The critical variable is the specific clinic and surgeon, not the country. If you’re considering liposuction abroad, look for a surgeon who is a member of the International Society of Aesthetic Plastic Surgery (ISAPS), which maintains a global directory of credentialed surgeons. Verify that the facility meets local regulatory standards and has emergency protocols equivalent to what an accredited U.S. center would require. Factor in the cost of follow-up care once you return home, since complications like fluid collections or infections typically appear in the first two weeks after surgery, when you may no longer have easy access to your operating surgeon.
How to Narrow Your Search
Start with the ASPS “Find a Surgeon” tool or the ABMS verification site to identify board-certified surgeons near you. From there, confirm that the surgeon’s operating facility is accredited. During a consultation, ask how many liposuction procedures the surgeon performs each year, what technique they use, and what their complication rate looks like. A surgeon who does liposuction regularly will have clear answers to all three questions.

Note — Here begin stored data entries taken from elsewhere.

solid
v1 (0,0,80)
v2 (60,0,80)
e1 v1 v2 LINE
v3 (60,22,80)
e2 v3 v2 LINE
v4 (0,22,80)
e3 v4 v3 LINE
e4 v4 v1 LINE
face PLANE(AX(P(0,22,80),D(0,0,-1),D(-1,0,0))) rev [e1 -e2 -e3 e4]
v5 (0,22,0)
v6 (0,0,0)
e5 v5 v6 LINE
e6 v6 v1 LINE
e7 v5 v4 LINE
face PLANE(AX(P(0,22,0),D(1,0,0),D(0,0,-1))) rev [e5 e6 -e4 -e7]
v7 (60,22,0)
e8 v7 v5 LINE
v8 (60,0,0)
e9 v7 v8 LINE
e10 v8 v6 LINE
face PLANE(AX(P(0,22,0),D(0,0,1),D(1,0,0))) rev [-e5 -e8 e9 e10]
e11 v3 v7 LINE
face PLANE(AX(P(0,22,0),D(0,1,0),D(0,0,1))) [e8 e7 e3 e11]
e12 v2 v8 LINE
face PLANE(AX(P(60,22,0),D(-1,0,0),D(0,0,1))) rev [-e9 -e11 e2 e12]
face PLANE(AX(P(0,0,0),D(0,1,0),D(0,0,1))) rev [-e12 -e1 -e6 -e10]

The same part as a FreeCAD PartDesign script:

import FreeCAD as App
import Part
import Sketcher


def add_polygon(sketch, points):
    """Adds a closed chain of lines whose ends are joined by coincident constraints."""
    first, n = sketch.GeometryCount, len(points)
    for a, b in zip(points, points[1:] + points[:1]):
        sketch.addGeometry(Part.LineSegment(App.Vector(*a, 0), App.Vector(*b, 0)), False)
    for i in range(n):
        sketch.addConstraint(Sketcher.Constraint("Coincident", first + i, 2, first + (i + 1) % n, 1))

doc = App.newDocument("Part")
params = doc.addObject("Spreadsheet::Sheet", "Params")
for row, (alias, value) in enumerate([
    ("sketch1_width", "60 mm"),
    ("sketch1_height", "80 mm"),
    ("pad1_length", "22 mm"),
], start=1):
    params.set(f"A{row}", alias)
    params.set(f"B{row}", "=" + value)
    params.setAlias(f"B{row}", alias)

body = doc.addObject("PartDesign::Body", "Body")

sketch1 = body.newObject("Sketcher::SketchObject", "Sketch")
sketch1.AttachmentSupport = (doc.getObject("XZ_Plane"), [""])
sketch1.MapMode = "FlatFace"
add_polygon(sketch1, [(0, 0), (0, 80), (60, 80), (60, 0)])
sketch1.addConstraint([
    Sketcher.Constraint("Vertical", 0),
    Sketcher.Constraint("Horizontal", 1),
    Sketcher.Constraint("Vertical", 2),
    Sketcher.Constraint("Horizontal", 3),
    Sketcher.Constraint("Coincident", 3, 2, -1, 1),
    Sketcher.Constraint("DistanceX", 1, 1, 1, 2, 60.0),
    Sketcher.Constraint("DistanceY", 0, 1, 0, 2, 80.0),
])
sketch1.setExpression("Constraints[9]", "Params.sketch1_width")
sketch1.setExpression("Constraints[10]", "Params.sketch1_height")
pad1 = body.newObject("PartDesign::Pad", "Pad")
pad1.Profile = sketch1
pad1.setExpression("Length", "Params.pad1_length")
pad1.Reversed = True

doc.recompute()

Geography plays a role in pricing but not necessarily in quality. Surgeons in major metropolitan areas charge more, largely because their facility and overhead costs are higher. A board-certified surgeon in a midsize city with an accredited office suite is performing the same procedure with the same training. The consultation itself, which most practices offer for a fee of $100 to $250 that may be applied toward surgery, is the best way to evaluate both the surgeon and the facility before committing.